# Things have got ontop of me



## frags (Feb 5, 2009)

And im not going to be online for a long time!

Im feeling pressure over "rabbits" which is making me depressed!!! 

Im leaving the BRC and going back to be just a hobby breeder as something has happened and really got to me.

Im leaving here for a while as i feel im also going to get pulled into crap over the rescue bunny i have here too.

So from now on what i do is MY choice as im fed up with people telling me what i have to do.

I dont know how long i will be away but i know i need a break!


----------



## Kammie (Apr 4, 2009)

Oh Frags don't leave us . I look forward to coming on here and seeing how the mums and kits are doing. If you need someone to talk to I'm usually around just PM me or can give you my email/msn. 

Don't be a stranger, I want to see how all the kits grow up.


----------



## Mum2Alfie (Jan 4, 2010)

:crying::crying::crying: I hope I havent done anything!! Omg please come back soon!!! We will all miss you!


----------



## srhdufe (Feb 11, 2009)

Oh no hun 

I hope your ok x

Dont be a stranger xx 

What you did was a brilliant thing in taking in the rescue hun x

Dont let nasty people keep you away hun. You know we all love you xx


----------



## deb53 (Jun 4, 2009)

Frags.....

I sincerely hope this has nothing to do with what I have posted regarding the rescued bun...

If so I deeply deeply apologise.

As I said You are an angel and an inspiration to many many people on here.

I am so sorry


----------



## colliemerles (Nov 2, 2007)

thats a shame frags, i enjoy reading your posts and think you have done an excellant job with the rescue bunny,take some time out, and we all hope you willl be back soon, xxxxxxx


----------



## umber (Feb 15, 2009)

Frags.... Dont you dare leave us!!!!! I know you just said you dont want people telling you what to do and I know I just did lol but I love you so pls dont leave.... plus your my forum informer when I go into labour remember!

Pls dont go!


----------



## Sarah+Hammies (Jul 20, 2009)

oh no frags, im going to miss you whilst you are away from the forum. :crying: you are such a compassionate person and i think it was a fab thing you did taking on the bunny and her kits. i hope to see you back on here soon xxxxxxxxxxxxxxxxxxxxxxxxxxx


----------



## jemma_79 (Nov 1, 2009)

I will miss you too x


----------



## Guest (Feb 19, 2010)

Ohh no Frags, I'm gonna miss you too xxx
I'm sorry things have got on top of you, I hope you come back soon. You are a great person and a fantastic bunny mummy. Please don't give up on everything you have worked so hard for :sad:


----------



## Zayna (Apr 19, 2009)

whats happened?? i think it was a wonderful thing you did with the rescue bunnies.... you ought to be really proud and stuff what anyone else says if they are being mean!


----------



## cocoboda (Mar 27, 2008)

Frags an Vamp,
I don't know you ladies personally but may I say Please don't let anything between you 2 distract from the greater good which is helping these l poor lil things to find good homes, which I know from being a part of this forum for awhile now that you both do tremendosly (sorry about the spelling) but I hope you both don't mind my input but I had to jump in Vamp and Frags Please stay, we all enjoy your posts very much


----------



## crofty (May 2, 2008)

srhdufe said:


> Dont let nasty people keep you away hun.

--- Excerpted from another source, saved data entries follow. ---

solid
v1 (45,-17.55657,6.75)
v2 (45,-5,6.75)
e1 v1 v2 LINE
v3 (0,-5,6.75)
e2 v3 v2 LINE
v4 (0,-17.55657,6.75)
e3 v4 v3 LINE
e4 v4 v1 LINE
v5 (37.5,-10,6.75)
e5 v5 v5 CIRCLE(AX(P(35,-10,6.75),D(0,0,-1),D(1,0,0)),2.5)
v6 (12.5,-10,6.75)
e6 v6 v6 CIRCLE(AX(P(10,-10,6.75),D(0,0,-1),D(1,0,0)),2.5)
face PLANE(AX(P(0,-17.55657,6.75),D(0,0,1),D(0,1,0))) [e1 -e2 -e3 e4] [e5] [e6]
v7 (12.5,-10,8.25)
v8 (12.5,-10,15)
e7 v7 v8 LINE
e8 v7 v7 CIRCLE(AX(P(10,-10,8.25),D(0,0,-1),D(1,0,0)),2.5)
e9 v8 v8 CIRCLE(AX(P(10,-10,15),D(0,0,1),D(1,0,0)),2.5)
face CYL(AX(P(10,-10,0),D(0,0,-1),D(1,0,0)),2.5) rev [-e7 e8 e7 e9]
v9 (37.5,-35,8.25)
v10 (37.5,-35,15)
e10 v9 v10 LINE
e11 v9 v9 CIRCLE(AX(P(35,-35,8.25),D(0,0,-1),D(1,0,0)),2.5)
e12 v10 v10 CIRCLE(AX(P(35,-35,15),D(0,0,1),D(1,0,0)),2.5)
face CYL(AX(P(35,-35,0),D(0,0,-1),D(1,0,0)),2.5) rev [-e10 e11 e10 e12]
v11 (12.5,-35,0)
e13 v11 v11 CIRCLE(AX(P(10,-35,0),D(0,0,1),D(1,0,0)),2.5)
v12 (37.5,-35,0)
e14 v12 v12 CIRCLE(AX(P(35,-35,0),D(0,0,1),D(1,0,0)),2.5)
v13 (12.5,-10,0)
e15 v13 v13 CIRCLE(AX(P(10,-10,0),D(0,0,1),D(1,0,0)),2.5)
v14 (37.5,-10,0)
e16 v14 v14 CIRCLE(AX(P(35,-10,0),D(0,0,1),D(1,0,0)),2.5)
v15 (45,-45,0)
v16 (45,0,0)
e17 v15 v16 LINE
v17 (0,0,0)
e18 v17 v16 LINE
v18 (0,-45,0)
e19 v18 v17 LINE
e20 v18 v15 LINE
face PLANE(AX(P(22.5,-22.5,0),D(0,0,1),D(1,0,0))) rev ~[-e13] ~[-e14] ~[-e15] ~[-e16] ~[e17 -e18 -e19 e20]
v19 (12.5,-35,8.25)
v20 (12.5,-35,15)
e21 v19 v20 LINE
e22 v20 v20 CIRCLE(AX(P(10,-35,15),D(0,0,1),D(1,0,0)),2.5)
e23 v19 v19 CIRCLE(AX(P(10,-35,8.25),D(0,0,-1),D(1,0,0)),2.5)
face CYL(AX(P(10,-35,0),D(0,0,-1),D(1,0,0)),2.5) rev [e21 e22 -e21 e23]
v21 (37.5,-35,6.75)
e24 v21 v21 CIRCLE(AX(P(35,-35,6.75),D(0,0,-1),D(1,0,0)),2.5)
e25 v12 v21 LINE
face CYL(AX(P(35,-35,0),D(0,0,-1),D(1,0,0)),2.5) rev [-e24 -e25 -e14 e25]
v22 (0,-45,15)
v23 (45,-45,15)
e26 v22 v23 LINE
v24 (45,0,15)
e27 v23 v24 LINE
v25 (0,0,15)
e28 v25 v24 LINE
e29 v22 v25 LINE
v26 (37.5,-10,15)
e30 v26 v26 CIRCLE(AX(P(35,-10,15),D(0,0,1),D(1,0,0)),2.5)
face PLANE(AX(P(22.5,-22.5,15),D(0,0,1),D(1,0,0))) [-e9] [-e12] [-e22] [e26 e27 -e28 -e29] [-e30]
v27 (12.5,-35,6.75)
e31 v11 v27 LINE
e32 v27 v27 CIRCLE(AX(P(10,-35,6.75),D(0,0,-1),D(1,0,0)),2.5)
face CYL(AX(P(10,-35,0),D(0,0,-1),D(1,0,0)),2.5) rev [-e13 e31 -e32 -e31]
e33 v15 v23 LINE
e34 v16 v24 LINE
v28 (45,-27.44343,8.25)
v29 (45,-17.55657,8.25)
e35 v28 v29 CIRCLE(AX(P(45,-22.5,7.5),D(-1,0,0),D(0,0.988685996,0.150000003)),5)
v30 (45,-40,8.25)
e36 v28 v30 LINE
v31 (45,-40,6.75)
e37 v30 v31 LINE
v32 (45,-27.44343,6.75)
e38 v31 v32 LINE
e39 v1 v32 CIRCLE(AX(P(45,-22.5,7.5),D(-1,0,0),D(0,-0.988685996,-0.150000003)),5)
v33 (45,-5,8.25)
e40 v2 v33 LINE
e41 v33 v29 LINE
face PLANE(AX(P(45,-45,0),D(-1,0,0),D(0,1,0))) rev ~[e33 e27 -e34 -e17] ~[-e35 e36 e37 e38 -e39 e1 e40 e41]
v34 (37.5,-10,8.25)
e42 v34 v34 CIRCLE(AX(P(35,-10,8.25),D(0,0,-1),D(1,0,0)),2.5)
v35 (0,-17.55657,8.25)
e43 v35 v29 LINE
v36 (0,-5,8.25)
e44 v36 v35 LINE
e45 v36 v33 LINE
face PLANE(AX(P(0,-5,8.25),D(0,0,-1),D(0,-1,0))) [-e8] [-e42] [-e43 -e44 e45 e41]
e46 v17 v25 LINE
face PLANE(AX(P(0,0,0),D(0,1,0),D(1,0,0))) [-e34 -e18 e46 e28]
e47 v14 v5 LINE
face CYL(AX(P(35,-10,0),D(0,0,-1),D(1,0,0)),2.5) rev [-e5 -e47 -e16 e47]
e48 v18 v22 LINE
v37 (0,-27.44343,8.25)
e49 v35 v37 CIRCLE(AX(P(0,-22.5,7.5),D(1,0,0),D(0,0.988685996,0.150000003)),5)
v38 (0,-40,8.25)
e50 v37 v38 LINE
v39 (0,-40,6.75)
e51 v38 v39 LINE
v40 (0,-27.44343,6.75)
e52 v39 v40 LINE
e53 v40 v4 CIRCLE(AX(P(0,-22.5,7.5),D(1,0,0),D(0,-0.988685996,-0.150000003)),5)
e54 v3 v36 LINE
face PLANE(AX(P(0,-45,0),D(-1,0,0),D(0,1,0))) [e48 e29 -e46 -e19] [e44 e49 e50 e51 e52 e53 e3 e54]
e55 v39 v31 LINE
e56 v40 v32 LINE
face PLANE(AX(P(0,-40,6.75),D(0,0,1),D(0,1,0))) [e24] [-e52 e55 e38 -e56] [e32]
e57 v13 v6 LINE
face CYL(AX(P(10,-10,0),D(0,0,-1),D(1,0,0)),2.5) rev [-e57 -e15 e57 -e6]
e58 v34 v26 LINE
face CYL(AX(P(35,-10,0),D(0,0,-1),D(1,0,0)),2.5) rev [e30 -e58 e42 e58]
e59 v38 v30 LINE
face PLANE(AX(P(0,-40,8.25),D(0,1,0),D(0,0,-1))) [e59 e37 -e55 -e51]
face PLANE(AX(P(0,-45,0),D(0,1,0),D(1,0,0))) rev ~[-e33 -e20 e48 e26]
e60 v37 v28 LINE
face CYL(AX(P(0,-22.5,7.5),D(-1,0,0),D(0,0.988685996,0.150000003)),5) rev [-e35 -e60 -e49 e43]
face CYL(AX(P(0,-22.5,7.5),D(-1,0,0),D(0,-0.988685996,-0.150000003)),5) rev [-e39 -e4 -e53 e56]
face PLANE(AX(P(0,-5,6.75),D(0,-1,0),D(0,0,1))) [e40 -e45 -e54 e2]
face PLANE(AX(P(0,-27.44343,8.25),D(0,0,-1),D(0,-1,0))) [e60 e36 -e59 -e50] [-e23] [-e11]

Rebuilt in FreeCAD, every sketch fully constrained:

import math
import FreeCAD as App
import Part
import Sketcher
from FreeCAD import Vector
Q = App.Units.Quantity

doc = App.newDocument("Part")
params = doc.addObject("Spreadsheet::Sheet", "Params")
for row, (alias, value) in enumerate([
    ("sketch1_diameter", "5 mm"),
    ("sketch1_width", "45 mm"),
    ("pad1_length", "15 mm"),
    ("sketch2_radius", "5 mm"),
    ("sketch2_height", "1.5 mm"),
    ("pocket1_length", "50 mm"),
], start=1):
    params.set(f"A{row}", alias)
    params.set(f"B{row}", "=" + value)
    params.setAlias(f"B{row}", alias)

body = doc.addObject("PartDesign::Body", "Body")

sketch1 = doc.addObject("Sketcher::SketchObject", "Sketch")
body.addObject(sketch1)
sketch1.AttachmentSupport = (doc.XY_Plane, [""])
sketch1.MapMode = "FlatFace"
sketch1.addGeometry([
    Part.LineSegment(Vector(0, 0, 0), Vector(0, -45, 0)),
    Part.LineSegment(Vector(0, -45, 0), Vector(45, -45, 0)),
    Part.LineSegment(Vector(45, -45, 0), Vector(45, 0, 0)),
    Part.LineSegment(Vector(45, 0, 0), Vector(0, 0, 0)),
    Part.Circle(Vector(10, -35, 0), Vector(0, 0, 1), 2.5),
    Part.Circle(Vector(35, -35, 0), Vector(0, 0, 1), 2.5),
    Part.Circle(Vector(10, -10, 0), Vector(0, 0, 1), 2.5),
    Part.Circle(Vector(35, -10, 0), Vector(0, 0, 1), 2.5),
], False)
sketch1.addConstraint([
    Sketcher.Constraint("Coincident", 0, 2, 1, 1),
    Sketcher.Constraint("Coincident", 1, 2, 2, 1),
    Sketcher.Constraint("Coincident", 2, 2, 3, 1),
    Sketcher.Constraint("Coincident", 3, 2, 0, 1),
    Sketcher.Constraint("Vertical", 0),
    Sketcher.Constraint("Horizontal", 1),
    Sketcher.Constraint("Vertical", 2),
    Sketcher.Constraint("Horizontal", 3),
    Sketcher.Constraint("Coincident", 3, 2, -1, 1),
    Sketcher.Constraint("Equal", 4, 5),
    Sketcher.Constraint("Equal", 5, 6),
    Sketcher.Constraint("Equal", 6, 7),
    Sketcher.Constraint("Horizontal", 4, 3, 5, 3),
    Sketcher.Constraint("Horizontal", 6, 3, 7, 3),
    Sketcher.Constraint("Vertical", 4, 3, 6, 3),
    Sketcher.Constraint("Vertical", 5, 3, 7, 3),
    Sketcher.Constraint("Equal", 3, 0),
    Sketcher.Constraint("Diameter", 4, Q("5 mm")),
    Sketcher.Constraint("DistanceX", 1, 1, 1, 2, Q("45 mm")),
    Sketcher.Constraint("DistanceX", -1, 1, 4, 3, Q("10 mm")),
    Sketcher.Constraint("DistanceY", 4, 3, -1, 1, Q("35 mm")),
    Sketcher.Constraint("DistanceX", -1, 1, 5, 3, Q("35 mm")),
    Sketcher.Constraint("DistanceY", 6, 3, -1, 1, Q("10 mm")),
])
sketch1.setExpression("Constraints[17]", "Params.sketch1_diameter")
sketch1.setExpression("Constraints[18]", "Params.sketch1_width")
pad1 = doc.addObject("PartDesign::Pad", "Pad")
body.addObject(pad1)
pad1.Profile = sketch1
pad1.setExpression("Length", "Params.pad1_length")

sketch2 = doc.addObject("Sketcher::SketchObject", "Sketch001")
body.addObject(sketch2)
sketch2.AttachmentSupport = (doc.YZ_Plane, [""])
sketch2.MapMode = "FlatFace"
sketch2.addGeometry([
    Part.LineSegment(Vector(-17.55657, 6.75, 0), Vector(-5, 6.75, 0)),
    Part.LineSegment(Vector(-5, 6.75, 0), Vector(-5, 8.25, 0)),
    Part.LineSegment(Vector(-5, 8.25, 0), Vector(-17.55657, 8.25, 0)),
    Part.ArcOfCircle(Part.Circle(Vector(-22.5, 7.5, 0), Vector(0, 0, 1), 5), math.radians(8.626927), math.radians(171.373073)),
    Part.LineSegment(Vector(-27.44343, 8.25, 0), Vector(-40, 8.25, 0)),
    Part.LineSegment(Vector(-40, 8.25, 0), Vector(-40, 6.75, 0)),
    Part.LineSegment(Vector(-40, 6.75, 0), Vector(-27.44343, 6.75, 0)),
    Part.ArcOfCircle(Part.Circle(Vector(-22.5, 7.5, 0), Vector(0, 0, 1), 5), math.radians(-171.373073), math.radians(-8.626927)),
], False)
sketch2.addConstraint([
    Sketcher.Constraint("Coincident", 0, 2, 1, 1),
    Sketcher.Constraint("Coincident", 1, 2, 2, 1),
    Sketcher.Constraint("Coincident", 2, 2, 3, 1),
    Sketcher.Constraint("Coincident", 3, 2, 4, 1),
    Sketcher.Constraint("Coincident", 4, 2, 5, 1),
    Sketcher.Constraint("Coincident", 5, 2, 6, 1),
    Sketcher.Constraint("Coincident", 6, 2, 7, 1),
    Sketcher.Constraint("Coincident", 7, 2, 0, 1),
    Sketcher.Constraint("Horizontal", 0),
    Sketcher.Constraint("Vertical", 1),
    Sketcher.Constraint("Horizontal", 2),
    Sketcher.Constraint("Horizontal", 4),
    Sketcher.Constraint("Vertical", 5),
    Sketcher.Constraint("Horizontal", 6),
    Sketcher.Constraint("Coincident", 7, 3, 3, 3),
    Sketcher.Constraint("Equal", 3, 7),
    Sketcher.Constraint("Horizontal", 2, 2, 3, 2),
    Sketcher.Constraint("Horizontal", 0, 2, 5, 2),
    Sketcher.Constraint("Vertical", 3, 2, 6, 2),
    Sketcher.Constraint("Equal", 2, 4),
    Sketcher.Constraint("Radius", 3, Q("5 mm")),
    Sketcher.Constraint("DistanceY", 1, 1, 1, 2, Q("1.5 mm")),
    Sketcher.Constraint("DistanceX", 0, 2, -1, 1, Q("5 mm")),
    Sketcher.Constraint("DistanceX", 4, 2, -1, 1, Q("40 mm")),
    Sketcher.Constraint("DistanceY", -1, 1, 3, 3, Q("7.5 mm")),
])
sketch2.setExpression("Constraints[20]", "Params.sketch2_radius")
sketch2.setExpression("Constraints[21]", "Params.sketch2_height")
pocket1 = doc.addObject("PartDesign::Pocket", "Pocket")
body.addObject(pocket1)
pocket1.Profile = sketch2
pocket1.setExpression("Length", "Params.pocket1_length")
pocket1.Reversed = True

doc.recompute()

Really??? Someone that spends all her money and time rescuing buns is nasty!!!!!! Not a nice comment.

Frags I hope you dont leave i will miss you if you do xxx


----------



## emzybabe (Jun 30, 2009)

I havent got a clue what has happend to make you feel this way frags (I havent read that far yet), and I am really upset that you feel this way.

I have always found you so supportive, honest and friendly, I will miss you but I look forward to speaking to you when you feel things have settled. *hugs* xx


----------



## emzybabe (Jun 30, 2009)

Just people sticking their noses in where there not wanted and where they dont understand, I know you have the best interest of any rabbit at heart x


----------



## jaxb05 (Apr 12, 2009)

Frags, please don't leave. Your advice is so spot on and needed here. Stay please. x x


----------



## hazyreality (Jan 11, 2009)

Ok, so I have missed alot, but I think I have now caught up(unfortunately!)
Please don't leave Frags, you are the person I listen to the most 
And what will we do without Lily???
You are a great bunny mummy, who cares for not only her own buns but buns in need aswell. I will miss you if you do go. I think it would be a great loss to this section, and this forum.

*Heidi*


----------



## srhdufe (Feb 11, 2009)

crofty said:


> Really??? Someone that spends all her money and time rescuing buns is nasty!!!!!! Not a nice comment.


I just read my own comment back and realised how it sounded

I didnt mean it like that. It wasn't aimed at vamp if thats what your thinking. She does a wonderful job


----------



## crofty (May 2, 2008)

srhdufe said:


> I just read my own comment back and realised how it sounded
> 
> I didnt mean it like that. It wasn't aimed at vamp if thats what your thinking. She does a wonderful job


Ok sorry thought it was aimed at vamp, thing is vamp and frags were discussing things nicely until some people turned it into an arguement with stupid comments. It'll all blow over I'm sure.


----------



## cocoboda (Mar 27, 2008)

Hope you all didn't find my post nosey


----------